- **TASK PROMPT**
Only the lines below, from the one with "v -16.35 0 -2.757" through the one with "f 115 114 113", are to be written out, exactly.

DATA SHOWN: Begin

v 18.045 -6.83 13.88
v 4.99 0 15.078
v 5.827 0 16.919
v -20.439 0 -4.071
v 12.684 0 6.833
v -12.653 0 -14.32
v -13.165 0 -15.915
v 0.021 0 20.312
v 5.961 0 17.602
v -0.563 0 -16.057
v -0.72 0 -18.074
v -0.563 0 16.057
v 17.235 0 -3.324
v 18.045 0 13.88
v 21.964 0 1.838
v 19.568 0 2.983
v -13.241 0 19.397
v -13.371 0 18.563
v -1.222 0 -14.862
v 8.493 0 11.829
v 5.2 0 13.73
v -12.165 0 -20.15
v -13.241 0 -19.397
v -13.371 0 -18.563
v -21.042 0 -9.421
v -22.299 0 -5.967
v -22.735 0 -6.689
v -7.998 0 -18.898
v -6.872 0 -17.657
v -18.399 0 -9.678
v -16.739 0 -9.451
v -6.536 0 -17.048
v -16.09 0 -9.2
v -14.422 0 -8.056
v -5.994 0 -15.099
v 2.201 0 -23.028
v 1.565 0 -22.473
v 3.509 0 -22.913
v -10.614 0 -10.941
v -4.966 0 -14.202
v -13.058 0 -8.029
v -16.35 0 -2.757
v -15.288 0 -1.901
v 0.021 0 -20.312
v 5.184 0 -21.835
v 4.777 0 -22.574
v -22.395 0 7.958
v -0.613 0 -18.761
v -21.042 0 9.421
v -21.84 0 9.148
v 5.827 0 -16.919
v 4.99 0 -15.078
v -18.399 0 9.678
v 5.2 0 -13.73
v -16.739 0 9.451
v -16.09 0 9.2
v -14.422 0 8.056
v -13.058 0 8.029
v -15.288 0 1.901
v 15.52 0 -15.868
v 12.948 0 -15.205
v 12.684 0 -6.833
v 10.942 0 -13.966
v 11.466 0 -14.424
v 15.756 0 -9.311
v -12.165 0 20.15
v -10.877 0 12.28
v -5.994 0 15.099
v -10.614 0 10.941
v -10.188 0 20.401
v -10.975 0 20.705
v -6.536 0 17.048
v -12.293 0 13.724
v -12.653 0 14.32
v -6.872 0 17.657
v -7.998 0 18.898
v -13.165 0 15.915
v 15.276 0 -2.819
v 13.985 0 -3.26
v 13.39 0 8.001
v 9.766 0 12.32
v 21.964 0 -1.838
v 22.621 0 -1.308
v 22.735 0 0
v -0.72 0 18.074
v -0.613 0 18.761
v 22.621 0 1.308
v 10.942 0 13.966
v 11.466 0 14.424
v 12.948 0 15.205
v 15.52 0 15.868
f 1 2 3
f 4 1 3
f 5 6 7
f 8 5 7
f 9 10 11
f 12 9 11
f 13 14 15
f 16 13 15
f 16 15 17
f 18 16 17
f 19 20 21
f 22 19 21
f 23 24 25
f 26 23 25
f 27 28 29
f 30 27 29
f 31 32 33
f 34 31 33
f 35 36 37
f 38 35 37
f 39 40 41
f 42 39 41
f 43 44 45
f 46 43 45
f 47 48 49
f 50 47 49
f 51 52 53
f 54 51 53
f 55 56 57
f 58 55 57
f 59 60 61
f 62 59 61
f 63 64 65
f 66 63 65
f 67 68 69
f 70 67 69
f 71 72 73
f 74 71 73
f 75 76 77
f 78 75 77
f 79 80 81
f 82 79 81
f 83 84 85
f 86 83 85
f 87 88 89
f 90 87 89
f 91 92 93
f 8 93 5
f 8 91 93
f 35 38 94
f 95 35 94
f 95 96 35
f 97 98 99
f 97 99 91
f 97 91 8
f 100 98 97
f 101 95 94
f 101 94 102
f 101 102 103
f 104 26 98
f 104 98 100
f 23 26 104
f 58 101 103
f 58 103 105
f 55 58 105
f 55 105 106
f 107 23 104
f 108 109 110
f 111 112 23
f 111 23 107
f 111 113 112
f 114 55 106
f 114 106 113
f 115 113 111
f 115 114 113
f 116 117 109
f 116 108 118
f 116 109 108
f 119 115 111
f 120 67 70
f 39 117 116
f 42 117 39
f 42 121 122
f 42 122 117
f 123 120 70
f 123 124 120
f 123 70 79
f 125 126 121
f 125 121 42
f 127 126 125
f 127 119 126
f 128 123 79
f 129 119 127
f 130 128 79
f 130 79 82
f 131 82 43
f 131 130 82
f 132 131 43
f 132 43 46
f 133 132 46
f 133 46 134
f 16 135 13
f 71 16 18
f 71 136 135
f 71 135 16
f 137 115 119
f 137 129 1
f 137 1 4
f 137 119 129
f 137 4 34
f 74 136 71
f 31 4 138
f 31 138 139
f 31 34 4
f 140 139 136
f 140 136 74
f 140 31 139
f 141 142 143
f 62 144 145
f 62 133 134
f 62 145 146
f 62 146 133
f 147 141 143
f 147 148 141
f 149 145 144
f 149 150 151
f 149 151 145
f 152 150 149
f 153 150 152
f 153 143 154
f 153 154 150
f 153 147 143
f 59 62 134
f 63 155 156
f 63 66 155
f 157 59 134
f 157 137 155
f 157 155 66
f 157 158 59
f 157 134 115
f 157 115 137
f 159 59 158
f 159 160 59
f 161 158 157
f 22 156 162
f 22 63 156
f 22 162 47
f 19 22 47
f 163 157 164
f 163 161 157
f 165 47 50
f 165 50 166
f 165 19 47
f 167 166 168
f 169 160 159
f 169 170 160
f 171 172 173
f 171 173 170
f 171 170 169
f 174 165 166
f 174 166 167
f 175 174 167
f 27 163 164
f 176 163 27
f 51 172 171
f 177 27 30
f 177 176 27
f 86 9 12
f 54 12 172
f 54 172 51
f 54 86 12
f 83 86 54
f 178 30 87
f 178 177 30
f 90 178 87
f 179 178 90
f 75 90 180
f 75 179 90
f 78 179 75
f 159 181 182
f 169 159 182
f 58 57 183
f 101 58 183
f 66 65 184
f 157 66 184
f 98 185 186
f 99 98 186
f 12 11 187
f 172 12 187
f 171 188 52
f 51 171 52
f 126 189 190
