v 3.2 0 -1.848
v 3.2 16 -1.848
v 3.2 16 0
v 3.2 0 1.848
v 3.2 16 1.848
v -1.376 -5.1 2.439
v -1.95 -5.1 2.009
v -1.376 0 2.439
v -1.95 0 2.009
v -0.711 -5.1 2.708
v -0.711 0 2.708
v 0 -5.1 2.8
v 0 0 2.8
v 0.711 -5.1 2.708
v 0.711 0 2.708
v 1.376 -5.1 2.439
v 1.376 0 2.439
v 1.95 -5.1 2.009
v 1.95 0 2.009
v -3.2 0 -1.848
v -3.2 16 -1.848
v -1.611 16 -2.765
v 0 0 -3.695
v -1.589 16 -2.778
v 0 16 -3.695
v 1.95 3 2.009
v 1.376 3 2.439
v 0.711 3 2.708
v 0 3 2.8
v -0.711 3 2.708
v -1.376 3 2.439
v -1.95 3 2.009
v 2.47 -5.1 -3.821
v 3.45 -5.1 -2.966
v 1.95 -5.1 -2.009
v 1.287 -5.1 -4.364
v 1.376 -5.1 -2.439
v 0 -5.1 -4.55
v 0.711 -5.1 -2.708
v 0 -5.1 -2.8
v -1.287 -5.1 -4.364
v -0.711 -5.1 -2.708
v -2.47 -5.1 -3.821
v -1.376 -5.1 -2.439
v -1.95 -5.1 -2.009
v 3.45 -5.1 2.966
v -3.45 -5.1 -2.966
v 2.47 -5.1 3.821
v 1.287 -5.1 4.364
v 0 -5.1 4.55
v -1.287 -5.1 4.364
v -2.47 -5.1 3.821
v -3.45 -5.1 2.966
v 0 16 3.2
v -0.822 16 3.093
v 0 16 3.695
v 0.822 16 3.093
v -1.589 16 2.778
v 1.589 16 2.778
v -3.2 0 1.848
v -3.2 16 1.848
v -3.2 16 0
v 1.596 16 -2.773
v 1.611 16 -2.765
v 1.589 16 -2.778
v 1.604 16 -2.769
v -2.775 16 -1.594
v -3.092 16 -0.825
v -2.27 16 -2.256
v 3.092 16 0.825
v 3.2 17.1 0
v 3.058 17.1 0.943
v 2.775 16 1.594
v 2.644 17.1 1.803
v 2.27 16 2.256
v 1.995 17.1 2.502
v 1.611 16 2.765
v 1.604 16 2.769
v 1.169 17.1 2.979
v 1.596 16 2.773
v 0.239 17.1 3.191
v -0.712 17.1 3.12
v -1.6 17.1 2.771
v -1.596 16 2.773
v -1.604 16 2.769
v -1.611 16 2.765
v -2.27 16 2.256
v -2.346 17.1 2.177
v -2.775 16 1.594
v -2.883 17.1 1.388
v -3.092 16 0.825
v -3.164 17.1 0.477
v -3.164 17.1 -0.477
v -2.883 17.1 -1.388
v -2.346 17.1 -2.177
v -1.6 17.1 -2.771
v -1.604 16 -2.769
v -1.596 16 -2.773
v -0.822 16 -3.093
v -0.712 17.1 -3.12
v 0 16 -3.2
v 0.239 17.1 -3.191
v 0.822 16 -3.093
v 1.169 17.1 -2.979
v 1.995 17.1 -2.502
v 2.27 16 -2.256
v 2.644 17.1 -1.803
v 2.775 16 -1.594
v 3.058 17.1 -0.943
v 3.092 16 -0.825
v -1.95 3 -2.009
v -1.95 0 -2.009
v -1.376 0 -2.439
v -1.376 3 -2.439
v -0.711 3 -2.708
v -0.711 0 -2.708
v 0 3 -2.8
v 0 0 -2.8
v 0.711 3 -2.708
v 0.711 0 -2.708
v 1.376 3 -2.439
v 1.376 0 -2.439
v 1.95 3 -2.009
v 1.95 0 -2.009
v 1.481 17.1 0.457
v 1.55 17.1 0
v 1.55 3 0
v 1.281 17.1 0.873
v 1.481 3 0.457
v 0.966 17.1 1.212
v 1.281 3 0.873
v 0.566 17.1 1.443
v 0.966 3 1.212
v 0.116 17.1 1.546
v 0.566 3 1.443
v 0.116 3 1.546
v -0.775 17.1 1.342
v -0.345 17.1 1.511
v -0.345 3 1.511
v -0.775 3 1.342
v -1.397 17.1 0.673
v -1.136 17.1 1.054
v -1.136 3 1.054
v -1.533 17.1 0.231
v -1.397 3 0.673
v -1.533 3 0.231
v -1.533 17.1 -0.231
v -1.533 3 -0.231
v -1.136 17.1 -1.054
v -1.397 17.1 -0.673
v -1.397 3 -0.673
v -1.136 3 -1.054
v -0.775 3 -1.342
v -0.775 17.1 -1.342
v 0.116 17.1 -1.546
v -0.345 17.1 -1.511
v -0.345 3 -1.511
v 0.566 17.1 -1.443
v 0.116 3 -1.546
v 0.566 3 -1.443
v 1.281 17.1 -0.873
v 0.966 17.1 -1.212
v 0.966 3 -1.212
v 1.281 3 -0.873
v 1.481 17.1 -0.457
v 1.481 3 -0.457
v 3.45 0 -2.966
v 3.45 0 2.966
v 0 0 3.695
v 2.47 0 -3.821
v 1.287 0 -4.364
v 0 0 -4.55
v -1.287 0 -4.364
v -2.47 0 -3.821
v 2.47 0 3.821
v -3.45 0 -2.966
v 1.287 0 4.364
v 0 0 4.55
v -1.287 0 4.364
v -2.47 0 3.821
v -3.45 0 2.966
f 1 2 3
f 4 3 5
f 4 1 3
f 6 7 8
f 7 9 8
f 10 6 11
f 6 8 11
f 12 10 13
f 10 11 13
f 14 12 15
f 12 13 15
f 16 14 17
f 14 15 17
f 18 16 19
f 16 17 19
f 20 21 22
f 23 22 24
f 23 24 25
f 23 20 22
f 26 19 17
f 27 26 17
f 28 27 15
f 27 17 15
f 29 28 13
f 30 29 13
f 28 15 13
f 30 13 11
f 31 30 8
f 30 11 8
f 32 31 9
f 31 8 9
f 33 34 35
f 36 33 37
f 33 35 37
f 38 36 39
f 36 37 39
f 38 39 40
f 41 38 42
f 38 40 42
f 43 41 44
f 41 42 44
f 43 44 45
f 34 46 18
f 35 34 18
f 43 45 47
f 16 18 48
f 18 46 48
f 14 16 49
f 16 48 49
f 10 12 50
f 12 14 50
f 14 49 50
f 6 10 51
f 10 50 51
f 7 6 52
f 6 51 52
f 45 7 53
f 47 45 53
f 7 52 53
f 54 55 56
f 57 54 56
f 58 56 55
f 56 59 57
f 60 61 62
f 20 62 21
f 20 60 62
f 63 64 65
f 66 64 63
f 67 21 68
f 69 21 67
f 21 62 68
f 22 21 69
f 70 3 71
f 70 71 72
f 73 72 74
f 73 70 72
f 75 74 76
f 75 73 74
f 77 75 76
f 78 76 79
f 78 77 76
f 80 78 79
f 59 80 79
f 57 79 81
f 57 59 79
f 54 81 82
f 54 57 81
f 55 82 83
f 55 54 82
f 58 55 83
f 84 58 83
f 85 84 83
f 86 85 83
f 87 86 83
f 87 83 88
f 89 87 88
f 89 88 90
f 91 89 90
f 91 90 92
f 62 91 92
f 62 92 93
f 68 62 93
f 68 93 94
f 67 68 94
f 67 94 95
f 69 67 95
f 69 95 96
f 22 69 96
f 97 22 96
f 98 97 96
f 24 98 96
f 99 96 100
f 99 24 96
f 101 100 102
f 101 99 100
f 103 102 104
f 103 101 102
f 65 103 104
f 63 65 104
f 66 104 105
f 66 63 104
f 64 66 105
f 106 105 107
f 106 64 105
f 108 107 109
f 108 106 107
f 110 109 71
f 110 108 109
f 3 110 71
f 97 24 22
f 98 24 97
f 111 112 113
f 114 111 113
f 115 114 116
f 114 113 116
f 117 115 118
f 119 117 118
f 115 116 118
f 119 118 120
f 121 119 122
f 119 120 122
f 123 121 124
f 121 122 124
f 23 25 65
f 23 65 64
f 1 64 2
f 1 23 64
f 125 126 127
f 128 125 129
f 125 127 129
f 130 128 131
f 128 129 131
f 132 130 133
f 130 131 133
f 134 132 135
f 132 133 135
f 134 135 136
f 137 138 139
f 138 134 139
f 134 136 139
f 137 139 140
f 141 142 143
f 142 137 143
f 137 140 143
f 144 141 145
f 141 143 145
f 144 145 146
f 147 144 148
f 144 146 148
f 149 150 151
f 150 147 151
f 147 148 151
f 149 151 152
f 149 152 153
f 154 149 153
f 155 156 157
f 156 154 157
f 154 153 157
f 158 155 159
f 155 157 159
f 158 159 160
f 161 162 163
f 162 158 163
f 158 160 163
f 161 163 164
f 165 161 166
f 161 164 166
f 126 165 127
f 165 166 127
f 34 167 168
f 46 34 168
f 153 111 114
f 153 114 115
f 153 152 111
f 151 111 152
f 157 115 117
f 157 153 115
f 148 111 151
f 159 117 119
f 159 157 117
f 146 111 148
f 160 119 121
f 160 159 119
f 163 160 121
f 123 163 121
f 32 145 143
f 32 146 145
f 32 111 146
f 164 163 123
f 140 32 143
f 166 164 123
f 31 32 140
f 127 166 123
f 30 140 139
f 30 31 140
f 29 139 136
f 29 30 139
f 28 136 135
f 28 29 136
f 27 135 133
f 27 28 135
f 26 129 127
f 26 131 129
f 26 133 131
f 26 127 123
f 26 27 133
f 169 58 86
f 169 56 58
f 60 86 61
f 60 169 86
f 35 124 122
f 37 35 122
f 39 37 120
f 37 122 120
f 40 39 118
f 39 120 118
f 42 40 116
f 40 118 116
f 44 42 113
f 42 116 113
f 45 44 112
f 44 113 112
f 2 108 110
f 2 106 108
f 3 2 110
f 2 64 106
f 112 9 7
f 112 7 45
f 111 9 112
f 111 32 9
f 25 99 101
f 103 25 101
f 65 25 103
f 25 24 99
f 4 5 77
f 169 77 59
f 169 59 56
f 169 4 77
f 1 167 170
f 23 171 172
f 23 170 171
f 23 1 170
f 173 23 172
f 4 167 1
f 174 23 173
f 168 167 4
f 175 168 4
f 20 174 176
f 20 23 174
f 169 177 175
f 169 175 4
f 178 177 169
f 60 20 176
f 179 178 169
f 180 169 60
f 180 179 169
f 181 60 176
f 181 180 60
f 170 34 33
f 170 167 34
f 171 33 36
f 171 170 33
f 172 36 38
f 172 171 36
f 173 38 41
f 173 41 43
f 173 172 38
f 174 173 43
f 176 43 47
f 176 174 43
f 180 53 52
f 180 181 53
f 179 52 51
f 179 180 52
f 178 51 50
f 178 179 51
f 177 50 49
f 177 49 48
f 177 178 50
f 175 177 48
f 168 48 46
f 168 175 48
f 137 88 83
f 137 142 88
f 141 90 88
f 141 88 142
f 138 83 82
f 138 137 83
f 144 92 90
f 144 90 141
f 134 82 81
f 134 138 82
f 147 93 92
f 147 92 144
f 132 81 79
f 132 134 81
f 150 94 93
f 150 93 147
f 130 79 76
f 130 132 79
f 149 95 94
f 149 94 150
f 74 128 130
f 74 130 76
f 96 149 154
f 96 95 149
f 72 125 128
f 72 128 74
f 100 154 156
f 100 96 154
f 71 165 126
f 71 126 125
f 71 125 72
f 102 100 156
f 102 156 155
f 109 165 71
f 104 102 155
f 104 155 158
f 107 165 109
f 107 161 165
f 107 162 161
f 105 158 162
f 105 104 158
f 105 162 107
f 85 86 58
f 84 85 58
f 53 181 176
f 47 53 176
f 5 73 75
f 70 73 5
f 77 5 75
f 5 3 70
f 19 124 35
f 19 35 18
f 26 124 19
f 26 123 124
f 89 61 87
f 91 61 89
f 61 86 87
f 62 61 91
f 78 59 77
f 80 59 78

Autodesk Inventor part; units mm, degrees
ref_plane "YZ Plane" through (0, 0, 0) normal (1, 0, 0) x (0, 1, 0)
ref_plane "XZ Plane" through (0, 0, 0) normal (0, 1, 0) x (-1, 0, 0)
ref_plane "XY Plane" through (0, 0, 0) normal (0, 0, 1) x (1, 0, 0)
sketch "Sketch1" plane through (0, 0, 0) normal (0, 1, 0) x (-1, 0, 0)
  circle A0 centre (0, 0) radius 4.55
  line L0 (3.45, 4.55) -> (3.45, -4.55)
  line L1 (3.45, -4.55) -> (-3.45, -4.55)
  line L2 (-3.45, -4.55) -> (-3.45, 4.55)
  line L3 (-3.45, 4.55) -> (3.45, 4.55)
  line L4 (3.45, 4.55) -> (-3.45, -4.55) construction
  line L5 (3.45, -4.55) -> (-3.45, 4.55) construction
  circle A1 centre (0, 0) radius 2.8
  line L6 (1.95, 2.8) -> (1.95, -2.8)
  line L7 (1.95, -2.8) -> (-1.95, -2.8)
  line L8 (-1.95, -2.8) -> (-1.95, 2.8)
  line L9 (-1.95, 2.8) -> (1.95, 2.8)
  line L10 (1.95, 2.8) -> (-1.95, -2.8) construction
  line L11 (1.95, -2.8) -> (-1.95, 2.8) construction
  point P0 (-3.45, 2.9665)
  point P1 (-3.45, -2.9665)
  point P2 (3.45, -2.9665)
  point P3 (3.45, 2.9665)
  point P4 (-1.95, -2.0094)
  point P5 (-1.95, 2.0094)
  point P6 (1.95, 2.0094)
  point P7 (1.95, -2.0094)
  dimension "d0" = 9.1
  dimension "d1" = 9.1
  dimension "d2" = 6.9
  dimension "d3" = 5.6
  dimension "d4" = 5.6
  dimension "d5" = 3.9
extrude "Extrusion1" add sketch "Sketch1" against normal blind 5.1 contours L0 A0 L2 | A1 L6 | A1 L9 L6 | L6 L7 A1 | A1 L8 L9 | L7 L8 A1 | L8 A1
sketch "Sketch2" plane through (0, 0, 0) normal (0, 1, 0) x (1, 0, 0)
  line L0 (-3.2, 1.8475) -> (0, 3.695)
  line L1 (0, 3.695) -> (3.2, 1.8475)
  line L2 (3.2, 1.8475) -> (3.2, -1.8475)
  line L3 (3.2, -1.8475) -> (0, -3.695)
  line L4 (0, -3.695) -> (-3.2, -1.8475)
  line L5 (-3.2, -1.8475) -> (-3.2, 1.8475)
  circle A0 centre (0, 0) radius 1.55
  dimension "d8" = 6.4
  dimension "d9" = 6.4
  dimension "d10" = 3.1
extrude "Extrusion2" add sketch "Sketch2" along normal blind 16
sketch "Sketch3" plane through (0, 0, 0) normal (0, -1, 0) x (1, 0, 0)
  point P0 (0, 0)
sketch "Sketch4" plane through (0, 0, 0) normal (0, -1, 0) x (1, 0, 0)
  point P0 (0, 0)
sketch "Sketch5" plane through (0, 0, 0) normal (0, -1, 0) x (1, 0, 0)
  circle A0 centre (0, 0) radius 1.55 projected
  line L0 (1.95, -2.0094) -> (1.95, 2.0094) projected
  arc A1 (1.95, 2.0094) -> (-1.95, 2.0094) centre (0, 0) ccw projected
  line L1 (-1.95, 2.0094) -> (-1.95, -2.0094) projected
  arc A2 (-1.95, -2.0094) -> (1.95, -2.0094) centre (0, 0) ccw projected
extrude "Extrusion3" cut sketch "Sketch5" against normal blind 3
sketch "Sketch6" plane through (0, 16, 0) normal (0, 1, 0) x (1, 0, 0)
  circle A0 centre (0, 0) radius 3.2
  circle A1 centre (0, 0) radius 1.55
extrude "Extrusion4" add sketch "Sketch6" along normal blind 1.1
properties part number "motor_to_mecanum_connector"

DATA SHOWN: End

- **ANSWER BOX**
v -16.35 0 -2.757
v -15.288 0 -1.901
v 0.021 0 -20.312
v 5.184 0 -21.835
v 4.777 0 -22.574
v -22.395 0 7.958
v -0.613 0 -18.761
v -21.042 0 9.421
v -21.84 0 9.148
v 5.827 0 -16.919
v 4.99 0 -15.078
v -18.399 0 9.678
v 5.2 0 -13.73
v -16.739 0 9.451
v -16.09 0 9.2
v -14.422 0 8.056
v -13.058 0 8.029
v -15.288 0 1.901
v 15.52 0 -15.868
v 12.948 0 -15.205
v 12.684 0 -6.833
v 10.942 0 -13.966
v 11.466 0 -14.424
v 15.756 0 -9.311
v -12.165 0 20.15
v -10.877 0 12.28
v -5.994 0 15.099
v -10.614 0 10.941
v -10.188 0 20.401
v -10.975 0 20.705
v -6.536 0 17.048
v -12.293 0 13.724
v -12.653 0 14.32
v -6.872 0 17.657
v -7.998 0 18.898
v -13.165 0 15.915
v 15.276 0 -2.819
v 13.985 0 -3.26
v 13.39 0 8.001
v 9.766 0 12.32
v 21.964 0 -1.838
v 22.621 0 -1.308
v 22.735 0 0
v -0.72 0 18.074
v -0.613 0 18.761
v 22.621 0 1.308
v 10.942 0 13.966
v 11.466 0 14.424
v 12.948 0 15.205
v 15.52 0 15.868
f 1 2 3
f 4 1 3
f 5 6 7
f 8 5 7
f 9 10 11
f 12 9 11
f 13 14 15
f 16 13 15
f 16 15 17
f 18 16 17
f 19 20 21
f 22 19 21
f 23 24 25
f 26 23 25
f 27 28 29
f 30 27 29
f 31 32 33
f 34 31 33
f 35 36 37
f 38 35 37
f 39 40 41
f 42 39 41
f 43 44 45
f 46 43 45
f 47 48 49
f 50 47 49
f 51 52 53
f 54 51 53
f 55 56 57
f 58 55 57
f 59 60 61
f 62 59 61
f 63 64 65
f 66 63 65
f 67 68 69
f 70 67 69
f 71 72 73
f 74 71 73
f 75 76 77
f 78 75 77
f 79 80 81
f 82 79 81
f 83 84 85
f 86 83 85
f 87 88 89
f 90 87 89
f 91 92 93
f 8 93 5
f 8 91 93
f 35 38 94
f 95 35 94
f 95 96 35
f 97 98 99
f 97 99 91
f 97 91 8
f 100 98 97
f 101 95 94
f 101 94 102
f 101 102 103
f 104 26 98
f 104 98 100
f 23 26 104
f 58 101 103
f 58 103 105
f 55 58 105
f 55 105 106
f 107 23 104
f 108 109 110
f 111 112 23
f 111 23 107
f 111 113 112
f 114 55 106
f 114 106 113
f 115 113 111
f 115 114 113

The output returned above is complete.